### What the task requires
The answer must consist only of the lines from the line with "#45=EDGE_LOOP('',(#44));" to the line with "END-ISO-10303-21;", both included, exactly as they stand below.

### Exercise materials
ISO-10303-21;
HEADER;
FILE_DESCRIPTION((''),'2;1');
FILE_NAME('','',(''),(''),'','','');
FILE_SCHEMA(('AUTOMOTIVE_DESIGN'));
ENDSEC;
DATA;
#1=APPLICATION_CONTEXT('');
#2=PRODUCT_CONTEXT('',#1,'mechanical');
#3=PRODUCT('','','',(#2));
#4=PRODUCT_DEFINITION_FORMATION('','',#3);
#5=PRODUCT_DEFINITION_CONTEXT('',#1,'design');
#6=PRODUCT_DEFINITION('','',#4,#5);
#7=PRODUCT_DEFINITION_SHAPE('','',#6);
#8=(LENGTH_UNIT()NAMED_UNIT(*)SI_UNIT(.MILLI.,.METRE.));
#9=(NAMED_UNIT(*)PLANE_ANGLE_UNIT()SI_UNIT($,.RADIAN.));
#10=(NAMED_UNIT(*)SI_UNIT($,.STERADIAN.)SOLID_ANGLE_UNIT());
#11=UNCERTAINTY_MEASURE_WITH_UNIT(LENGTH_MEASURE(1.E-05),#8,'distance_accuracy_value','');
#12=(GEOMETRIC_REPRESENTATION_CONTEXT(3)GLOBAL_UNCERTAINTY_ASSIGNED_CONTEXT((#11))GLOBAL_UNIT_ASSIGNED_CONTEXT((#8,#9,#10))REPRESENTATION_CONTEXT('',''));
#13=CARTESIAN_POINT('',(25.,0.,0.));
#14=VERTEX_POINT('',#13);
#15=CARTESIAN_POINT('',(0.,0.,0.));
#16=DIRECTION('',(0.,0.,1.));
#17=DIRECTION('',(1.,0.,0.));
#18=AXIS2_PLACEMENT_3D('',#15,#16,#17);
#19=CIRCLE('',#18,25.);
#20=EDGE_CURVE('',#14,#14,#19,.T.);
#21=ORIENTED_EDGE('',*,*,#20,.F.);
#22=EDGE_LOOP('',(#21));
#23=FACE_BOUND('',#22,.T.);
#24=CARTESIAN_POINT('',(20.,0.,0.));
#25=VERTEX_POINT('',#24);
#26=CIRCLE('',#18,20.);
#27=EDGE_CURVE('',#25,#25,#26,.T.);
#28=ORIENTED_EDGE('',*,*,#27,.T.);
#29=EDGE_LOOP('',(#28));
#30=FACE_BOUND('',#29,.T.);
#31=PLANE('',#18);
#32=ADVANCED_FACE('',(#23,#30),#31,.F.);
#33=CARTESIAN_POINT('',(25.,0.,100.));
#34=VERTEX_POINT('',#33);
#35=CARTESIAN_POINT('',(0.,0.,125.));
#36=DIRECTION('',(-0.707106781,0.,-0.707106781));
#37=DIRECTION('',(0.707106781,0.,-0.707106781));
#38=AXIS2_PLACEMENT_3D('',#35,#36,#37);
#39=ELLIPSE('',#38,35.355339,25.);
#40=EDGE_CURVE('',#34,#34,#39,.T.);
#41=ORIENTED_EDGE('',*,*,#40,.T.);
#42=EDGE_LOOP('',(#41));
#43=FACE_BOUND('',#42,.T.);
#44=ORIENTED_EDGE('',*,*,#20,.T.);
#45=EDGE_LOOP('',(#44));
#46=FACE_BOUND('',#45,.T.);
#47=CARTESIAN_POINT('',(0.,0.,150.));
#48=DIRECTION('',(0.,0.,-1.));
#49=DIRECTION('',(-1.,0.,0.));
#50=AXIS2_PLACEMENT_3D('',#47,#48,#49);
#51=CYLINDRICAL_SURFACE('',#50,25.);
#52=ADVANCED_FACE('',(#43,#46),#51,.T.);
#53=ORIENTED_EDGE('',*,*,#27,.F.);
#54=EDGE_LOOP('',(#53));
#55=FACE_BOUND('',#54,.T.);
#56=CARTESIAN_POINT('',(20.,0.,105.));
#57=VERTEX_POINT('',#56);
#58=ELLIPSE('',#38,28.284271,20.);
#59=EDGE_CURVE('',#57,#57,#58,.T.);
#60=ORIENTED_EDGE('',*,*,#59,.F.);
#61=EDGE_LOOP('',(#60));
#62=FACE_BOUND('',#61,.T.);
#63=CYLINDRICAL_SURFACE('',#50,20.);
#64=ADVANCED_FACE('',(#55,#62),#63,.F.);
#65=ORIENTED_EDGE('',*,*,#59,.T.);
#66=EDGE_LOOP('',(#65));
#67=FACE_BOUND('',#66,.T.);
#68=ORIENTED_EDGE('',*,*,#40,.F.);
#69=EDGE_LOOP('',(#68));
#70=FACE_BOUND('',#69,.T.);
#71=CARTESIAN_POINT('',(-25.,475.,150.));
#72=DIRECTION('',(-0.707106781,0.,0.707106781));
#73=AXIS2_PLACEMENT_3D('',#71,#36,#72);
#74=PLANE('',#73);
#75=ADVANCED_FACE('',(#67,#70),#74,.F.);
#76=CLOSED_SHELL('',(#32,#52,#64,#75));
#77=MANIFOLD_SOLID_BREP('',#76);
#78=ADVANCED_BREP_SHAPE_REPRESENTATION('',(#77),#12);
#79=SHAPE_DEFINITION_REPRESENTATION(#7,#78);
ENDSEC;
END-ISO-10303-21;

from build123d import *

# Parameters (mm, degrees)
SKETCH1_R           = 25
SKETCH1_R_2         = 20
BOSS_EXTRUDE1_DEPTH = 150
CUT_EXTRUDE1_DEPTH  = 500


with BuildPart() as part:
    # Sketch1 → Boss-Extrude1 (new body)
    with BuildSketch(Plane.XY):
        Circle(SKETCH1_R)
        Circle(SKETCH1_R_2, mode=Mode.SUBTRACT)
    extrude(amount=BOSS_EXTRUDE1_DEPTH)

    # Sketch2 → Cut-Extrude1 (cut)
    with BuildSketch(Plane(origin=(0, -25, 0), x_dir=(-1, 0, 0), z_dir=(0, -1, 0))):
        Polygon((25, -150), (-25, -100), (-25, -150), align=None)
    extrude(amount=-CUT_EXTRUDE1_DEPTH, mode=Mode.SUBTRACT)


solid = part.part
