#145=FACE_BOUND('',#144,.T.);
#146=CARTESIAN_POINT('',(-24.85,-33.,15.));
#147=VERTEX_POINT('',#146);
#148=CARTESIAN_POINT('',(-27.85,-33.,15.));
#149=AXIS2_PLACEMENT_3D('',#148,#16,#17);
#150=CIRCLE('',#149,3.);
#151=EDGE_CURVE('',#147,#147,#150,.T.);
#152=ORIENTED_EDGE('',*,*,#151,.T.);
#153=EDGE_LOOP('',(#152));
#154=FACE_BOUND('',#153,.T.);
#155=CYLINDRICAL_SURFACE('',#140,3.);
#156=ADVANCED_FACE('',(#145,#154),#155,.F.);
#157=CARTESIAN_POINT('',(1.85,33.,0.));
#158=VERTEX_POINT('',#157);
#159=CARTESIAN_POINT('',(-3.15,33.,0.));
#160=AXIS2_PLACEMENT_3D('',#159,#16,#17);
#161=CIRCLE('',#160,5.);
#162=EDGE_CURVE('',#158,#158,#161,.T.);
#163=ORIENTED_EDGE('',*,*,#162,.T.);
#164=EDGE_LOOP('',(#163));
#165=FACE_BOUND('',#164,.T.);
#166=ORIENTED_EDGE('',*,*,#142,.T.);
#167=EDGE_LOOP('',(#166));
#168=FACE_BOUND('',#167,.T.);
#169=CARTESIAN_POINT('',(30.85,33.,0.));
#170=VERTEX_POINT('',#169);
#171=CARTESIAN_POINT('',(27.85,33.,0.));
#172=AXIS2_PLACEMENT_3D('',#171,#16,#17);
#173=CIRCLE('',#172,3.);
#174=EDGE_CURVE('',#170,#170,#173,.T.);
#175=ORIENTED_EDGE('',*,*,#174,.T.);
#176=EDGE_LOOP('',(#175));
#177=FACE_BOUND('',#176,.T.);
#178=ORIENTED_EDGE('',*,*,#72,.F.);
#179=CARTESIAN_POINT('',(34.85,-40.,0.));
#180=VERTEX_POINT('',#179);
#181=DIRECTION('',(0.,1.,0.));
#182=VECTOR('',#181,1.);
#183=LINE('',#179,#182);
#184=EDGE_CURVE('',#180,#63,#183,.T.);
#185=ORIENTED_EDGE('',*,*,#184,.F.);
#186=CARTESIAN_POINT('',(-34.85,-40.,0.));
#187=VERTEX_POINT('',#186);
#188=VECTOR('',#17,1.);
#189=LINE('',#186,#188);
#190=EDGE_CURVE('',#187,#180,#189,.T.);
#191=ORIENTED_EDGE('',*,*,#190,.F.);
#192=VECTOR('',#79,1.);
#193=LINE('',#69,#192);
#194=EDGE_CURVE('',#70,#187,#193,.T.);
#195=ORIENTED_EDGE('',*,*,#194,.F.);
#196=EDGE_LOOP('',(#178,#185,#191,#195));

### Written response
#45=EDGE_LOOP('',(#44));
#46=FACE_BOUND('',#45,.T.);
#47=CARTESIAN_POINT('',(0.,0.,150.));
#48=DIRECTION('',(0.,0.,-1.));
#49=DIRECTION('',(-1.,0.,0.));
#50=AXIS2_PLACEMENT_3D('',#47,#48,#49);
#51=CYLINDRICAL_SURFACE('',#50,25.);
#52=ADVANCED_FACE('',(#43,#46),#51,.T.);
#53=ORIENTED_EDGE('',*,*,#27,.F.);
#54=EDGE_LOOP('',(#53));
#55=FACE_BOUND('',#54,.T.);
#56=CARTESIAN_POINT('',(20.,0.,105.));
#57=VERTEX_POINT('',#56);
#58=ELLIPSE('',#38,28.284271,20.);
#59=EDGE_CURVE('',#57,#57,#58,.T.);
#60=ORIENTED_EDGE('',*,*,#59,.F.);
#61=EDGE_LOOP('',(#60));
#62=FACE_BOUND('',#61,.T.);
#63=CYLINDRICAL_SURFACE('',#50,20.);
#64=ADVANCED_FACE('',(#55,#62),#63,.F.);
#65=ORIENTED_EDGE('',*,*,#59,.T.);
#66=EDGE_LOOP('',(#65));
#67=FACE_BOUND('',#66,.T.);
#68=ORIENTED_EDGE('',*,*,#40,.F.);
#69=EDGE_LOOP('',(#68));
#70=FACE_BOUND('',#69,.T.);
#71=CARTESIAN_POINT('',(-25.,475.,150.));
#72=DIRECTION('',(-0.707106781,0.,0.707106781));
#73=AXIS2_PLACEMENT_3D('',#71,#36,#72);
#74=PLANE('',#73);
#75=ADVANCED_FACE('',(#67,#70),#74,.F.);
#76=CLOSED_SHELL('',(#32,#52,#64,#75));
#77=MANIFOLD_SOLID_BREP('',#76);
#78=ADVANCED_BREP_SHAPE_REPRESENTATION('',(#77),#12);
#79=SHAPE_DEFINITION_REPRESENTATION(#7,#78);
ENDSEC;
END-ISO-10303-21;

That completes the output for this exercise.